Right, so I've had a little chat with the TARDIS. It went something like this: I pointed out that the TARDIS had agreed to make sure the Doctor AKA Skinny-Pain-In-The-Mik'ta would not find my journal. TARDIS then pointed out that Sam-Doctor-friend agreed to put paper-memory-holder back on shelf and not stuff down side of chair like lost TV remote. I conceded the point and apologised. TARDIS indicated that this not good enough, TARDIS wasn't going to hide paper-memories from Doctor-pilot anymore. So I did the sensible thing and grovelled. TARDIS agreed to give Sam-Doctor-Friend one more chance. But only if Sam-human distracted Doctor-pilot's mind off of Rose-Bad-Wolf. TARDIS could feel Doctor-pilot starting to mope already. Moping Doctor-pilot meant bad repairs. And mallet use. TARDIS does NOT like mallet.

In order to get my privacy back I agreed to distract the Doctor. I also promised to fill a bucket with marshmallows and leave it on the third-left cupboard in the kitchen.
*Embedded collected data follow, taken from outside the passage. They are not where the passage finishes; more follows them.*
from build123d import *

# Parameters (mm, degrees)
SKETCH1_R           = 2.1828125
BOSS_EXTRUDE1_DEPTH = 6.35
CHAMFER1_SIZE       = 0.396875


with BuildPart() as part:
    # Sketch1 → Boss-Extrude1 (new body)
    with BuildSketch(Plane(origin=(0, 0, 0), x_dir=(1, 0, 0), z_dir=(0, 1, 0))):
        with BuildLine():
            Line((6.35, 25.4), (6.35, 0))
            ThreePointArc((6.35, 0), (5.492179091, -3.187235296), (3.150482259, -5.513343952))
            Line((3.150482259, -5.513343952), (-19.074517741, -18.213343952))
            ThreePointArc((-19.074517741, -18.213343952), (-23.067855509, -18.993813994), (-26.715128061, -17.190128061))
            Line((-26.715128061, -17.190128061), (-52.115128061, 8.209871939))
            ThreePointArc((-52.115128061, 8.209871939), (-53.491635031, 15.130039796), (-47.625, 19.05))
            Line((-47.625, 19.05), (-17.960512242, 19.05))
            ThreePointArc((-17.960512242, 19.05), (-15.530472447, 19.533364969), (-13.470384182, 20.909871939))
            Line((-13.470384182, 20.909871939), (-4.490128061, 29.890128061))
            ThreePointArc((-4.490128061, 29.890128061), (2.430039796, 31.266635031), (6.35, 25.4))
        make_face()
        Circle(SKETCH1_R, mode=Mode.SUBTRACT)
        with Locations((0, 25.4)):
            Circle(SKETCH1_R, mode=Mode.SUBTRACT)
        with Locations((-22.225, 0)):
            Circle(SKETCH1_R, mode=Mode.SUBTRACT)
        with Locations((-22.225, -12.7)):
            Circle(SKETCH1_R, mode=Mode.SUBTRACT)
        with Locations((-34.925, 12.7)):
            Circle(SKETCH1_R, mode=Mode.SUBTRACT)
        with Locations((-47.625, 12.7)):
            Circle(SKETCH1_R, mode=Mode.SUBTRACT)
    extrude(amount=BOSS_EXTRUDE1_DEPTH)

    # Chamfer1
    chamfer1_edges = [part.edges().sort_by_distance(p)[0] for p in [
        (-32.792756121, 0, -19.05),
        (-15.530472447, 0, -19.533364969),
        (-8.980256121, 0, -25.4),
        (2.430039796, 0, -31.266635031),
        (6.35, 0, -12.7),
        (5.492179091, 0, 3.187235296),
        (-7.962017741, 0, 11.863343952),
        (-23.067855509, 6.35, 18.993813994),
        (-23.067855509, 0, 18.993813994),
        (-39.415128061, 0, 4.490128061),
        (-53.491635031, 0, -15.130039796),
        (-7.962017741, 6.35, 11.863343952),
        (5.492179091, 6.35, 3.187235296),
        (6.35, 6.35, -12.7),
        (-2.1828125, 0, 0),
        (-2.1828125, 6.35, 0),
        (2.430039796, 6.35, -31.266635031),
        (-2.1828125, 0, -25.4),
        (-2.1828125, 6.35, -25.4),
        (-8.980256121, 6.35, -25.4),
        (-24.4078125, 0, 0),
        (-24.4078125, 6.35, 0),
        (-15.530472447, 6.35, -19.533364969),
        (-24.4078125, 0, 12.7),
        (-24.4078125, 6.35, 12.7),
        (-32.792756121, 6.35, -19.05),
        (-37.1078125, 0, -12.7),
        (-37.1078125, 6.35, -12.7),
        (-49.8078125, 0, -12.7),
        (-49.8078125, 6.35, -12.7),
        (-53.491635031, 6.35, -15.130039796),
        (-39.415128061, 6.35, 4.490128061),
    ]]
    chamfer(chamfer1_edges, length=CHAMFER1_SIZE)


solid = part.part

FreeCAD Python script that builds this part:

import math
import FreeCAD as App
import Part
import Sketcher

V = App.Vector
Q = App.Units.Quantity


def edges_at(feature, points):
    """Names of the edges that pass closest to the given points."""
    edges = feature.Shape.Edges
    near = lambda p: min(range(len(edges)), key=lambda i: edges[i].distToShape(Part.Vertex(*p))[0])
    return sorted({f"Edge{near(p) + 1}" for p in points})

doc = App.newDocument("Part")
body = doc.addObject("PartDesign::Body", "Body")

sketch1 = doc.addObject("Sketcher::SketchObject", "Sketch")
body.addObject(sketch1)
sketch1.AttachmentSupport = (doc.XZ_Plane, [""])
sketch1.MapMode = "FlatFace"
sketch1.addGeometry([
    Part.LineSegment(V(6.3, 0, 0), V(6.3, -25.4, 0)),
    Part.ArcOfCircle(Part.Circle(V(0, -25.4, 0), V(0, 0, 1), 6.4), math.radians(-135), math.radians(0)),
    Part.LineSegment(V(-4.5, -29.9, 0), V(-13.5, -20.9, 0)),
    Part.ArcOfCircle(Part.Circle(V(-18, -25.4, 0), V(0, 0, 1), 6.4), math.radians(45), math.radians(90)),
    Part.LineSegment(V(-18, -19.1, 0), V(-47.6, -19.1, 0)),
    Part.ArcOfCircle(Part.Circle(V(-47.6, -12.7, 0), V(0, 0, 1), 6.4), math.radians(135), math.radians(270)),
    Part.LineSegment(V(-52.1, -8.2, 0), V(-26.7, 17.2, 0)),
    Part.ArcOfCircle(Part.Circle(V(-22.2, 12.7, 0), V(0, 0, 1), 6.4), math.radians(60), math.radians(135)),
    Part.LineSegment(V(-19.1, 18.2, 0), V(3.2, 5.5, 0)),
    Part.ArcOfCircle(Part.Circle(V(0, 0, 0), V(0, 0, 1), 6.3), math.radians(0), math.radians(60)),
    Part.Circle(V(-22.2, 12.7, 0), V(0, 0, 1), 2.2),
    Part.Circle(V(0, 0, 0), V(0, 0, 1), 2.2),
    Part.Circle(V(-22.2, 0, 0), V(0, 0, 1), 2.2),
    Part.Circle(V(0, -25.4, 0), V(0, 0, 1), 2.2),
    Part.Circle(V(-34.9, -12.7, 0), V(0, 0, 1), 2.2),
    Part.Circle(V(-47.6, -12.7, 0), V(0, 0, 1), 2.2),
], False)
sketch1.addConstraint([
    Sketcher.Constraint("Tangent", 0, 2, 1, 2),
    Sketcher.Constraint("Tangent", 1, 1, 2, 1),
    Sketcher.Constraint("Tangent", 2, 2, 3, 1),
    Sketcher.Constraint("Tangent", 3, 2, 4, 1),
    Sketcher.Constraint("Tangent", 4, 2, 5, 2),
    Sketcher.Constraint("Tangent", 5, 1, 6, 1),
    Sketcher.Constraint("Tangent", 6, 2, 7, 2),
    Sketcher.Constraint("Tangent", 7, 1, 8, 1),
    Sketcher.Constraint("Tangent", 8, 2, 9, 2),
    Sketcher.Constraint("Tangent", 9, 1, 0, 1),
    Sketcher.Constraint("Vertical", 0),
    Sketcher.Constraint("Horizontal", 4),
    Sketcher.Constraint("Coincident", 9, 3, -1, 1),
    Sketcher.Constraint("Coincident", 11, 3, -1, 1),
    Sketcher.Constraint("Coincident", 10, 3, 7, 3),
    Sketcher.Constraint("Coincident", 13, 3, 1, 3),
    Sketcher.Constraint("Coincident", 15, 3, 5, 3),
    Sketcher.Constraint("Equal", 1, 3),
    Sketcher.Constraint("Equal", 3, 5),
    Sketcher.Constraint("Equal", 5, 7),
    Sketcher.Constraint("Equal", 7, 9),
    Sketcher.Constraint("Equal", 10, 11),
    Sketcher.Constraint("Equal", 11, 12),
    Sketcher.Constraint("Equal", 12, 13),
    Sketcher.Constraint("Equal", 13, 14),
    Sketcher.Constraint("Equal", 14, 15),
    Sketcher.Constraint("PointOnObject", 12, 3, -1),
    Sketcher.Constraint("Perpendicular", 2, 6),
    Sketcher.Constraint("Horizontal", 1, 3, 3, 3),
    Sketcher.Constraint("Horizontal", 5, 3, 14, 3),
    Sketcher.Constraint("Vertical", 10, 3, 12, 3),
    Sketcher.Constraint("DistanceY", 0, 2, 0, 1, Q("1 in")),
    Sketcher.Constraint("Radius", 1, Q("0.25 in")),
    Sketcher.Constraint("Diameter", 10, Q("0.171875 in")),
    Sketcher.Constraint("Angle", 2, Q("135 deg")),
    Sketcher.Constraint("DistanceX", 5, 3, 7, 3, Q("1 in")),
    Sketcher.Constraint("DistanceX", 5, 3, 14, 3, Q("0.5 in")),
    Sketcher.Constraint("DistanceX", 5, 3, -1, 1, Q("1.875 in")),
])
pad1 = doc.addObject("PartDesign::Pad", "Pad")
body.addObject(pad1)
pad1.Profile = sketch1
pad1.Length = Q("0.25 in")
pad1.Reversed = True
doc.recompute()

chamfer = doc.addObject("PartDesign::Chamfer", "Chamfer")
body.addObject(chamfer)
chamfer.Base = (pad1, edges_at(pad1, [
    (-32.793, 0, -19.05),
    (-15.53, 0, -19.533),
    (-8.98, 0, -25.4),
    (2.43, 0, -31.267),
    (6.35, 0, -12.7),
    (5.492, 0, 3.187),
    (-7.962, 0, 11.863),
    (-23.068, 6.35, 18.994),
    (-23.068, 0, 18.994),
    (-39.415, 0, 4.49),
    (-53.492, 0, -15.13),
    (-7.962, 6.35, 11.863),
    (5.492, 6.35, 3.187),
    (6.35, 6.35, -12.7),
    (-2.183, 0, 0),
    (-2.183, 6.35, 0),
    (2.43, 6.35, -31.267),
    (-2.183, 0, -25.4),
    (-2.183, 6.35, -25.4),
    (-8.98, 6.35, -25.4),
    (-24.408, 0, 0),
    (-24.408, 6.35, 0),
    (-15.53, 6.35, -19.533),
    (-24.408, 0, 12.7),
    (-24.408, 6.35, 12.7),
    (-32.793, 6.35, -19.05),
    (-37.108, 0, -12.7),
    (-37.108, 6.35, -12.7),
    (-49.808, 0, -12.7),
    (-49.808, 6.35, -12.7),
    (-53.492, 6.35, -15.13),
    (-39.415, 6.35, 4.49),
]))
chamfer.Size = Q("0.015625 in")

doc.recompute()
I don't know exactly what happens, but if you do that and then come back 15 minutes later, the bucket'll be empty and the TARDIS's background hum will be a lot softer and somehow ... fluffy. (I'm not exactly sure how to tell the Doctor that his sentient timeship has a marshmallow addiction. If I'm lucky I'll never have to.) Hopefully it did the trick and there'll be no more Doctor-comments in here.
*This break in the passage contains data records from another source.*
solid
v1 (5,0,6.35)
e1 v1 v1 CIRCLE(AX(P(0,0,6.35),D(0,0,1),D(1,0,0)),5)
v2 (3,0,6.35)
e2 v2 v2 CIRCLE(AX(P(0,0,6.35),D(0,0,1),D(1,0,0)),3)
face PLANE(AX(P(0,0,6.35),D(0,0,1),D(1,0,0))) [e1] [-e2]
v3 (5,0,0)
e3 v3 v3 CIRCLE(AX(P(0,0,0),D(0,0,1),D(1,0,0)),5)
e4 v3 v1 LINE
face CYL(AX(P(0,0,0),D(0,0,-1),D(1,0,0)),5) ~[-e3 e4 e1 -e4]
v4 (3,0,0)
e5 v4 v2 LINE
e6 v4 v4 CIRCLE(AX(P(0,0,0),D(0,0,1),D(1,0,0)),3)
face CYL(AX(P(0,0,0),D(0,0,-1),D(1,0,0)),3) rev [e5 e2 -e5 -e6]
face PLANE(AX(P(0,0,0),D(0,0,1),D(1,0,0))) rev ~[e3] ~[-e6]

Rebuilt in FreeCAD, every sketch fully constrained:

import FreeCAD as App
import Part
import Sketcher

V = App.Vector

doc = App.newDocument("Part")
body = doc.addObject("PartDesign::Body", "Body")

# Sketch on XY plane
sketch1 = doc.addObject("Sketcher::SketchObject", "Sketch")
body.addObject(sketch1)
sketch1.AttachmentSupport = (doc.XY_Plane, [""])
sketch1.MapMode = "FlatFace"
sketch1.addGeometry([
    Part.Circle(V(0, 0, 0), V(0, 0, 1), 5),
    Part.Circle(V(0, 0, 0), V(0, 0, 1), 3),
], False)
sketch1.addConstraint([
    Sketcher.Constraint("Coincident", 0, 3, -1, 1),
    Sketcher.Constraint("Coincident", 1, 3, -1, 1),
    Sketcher.Constraint("Diameter", 0, 10.0),
    Sketcher.Constraint("Diameter", 1, 6.0),
])
pad1 = doc.addObject("PartDesign::Pad", "Pad")
body.addObject(pad1)
pad1.Profile = sketch1
pad1.Length = 6.35

doc.recompute()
Anyway, as you may remember, we were once again in the Assimilation Chamber. For about the third time Galik chief-guy was doing his speechifying about how puny humans would soon be slaves, the earth would be conquered, and he could finally use his Tesco coupons in public. (Don't ask about the last bit. You wouldn't believe me. You just wouldn't.) As the damage from the Doctor's earlier bit of technological messing had stopped, and the Doctor had been searched and found not to have anything that could interfere with the ship's mainframe, Galik #1 declared that they would finally assimilate the Doctor properly and nothing would stop the GLORIOUS CONQUEST OF THE EARTH! HAHAHAHA!!! Blah blah blah, yackety smackety.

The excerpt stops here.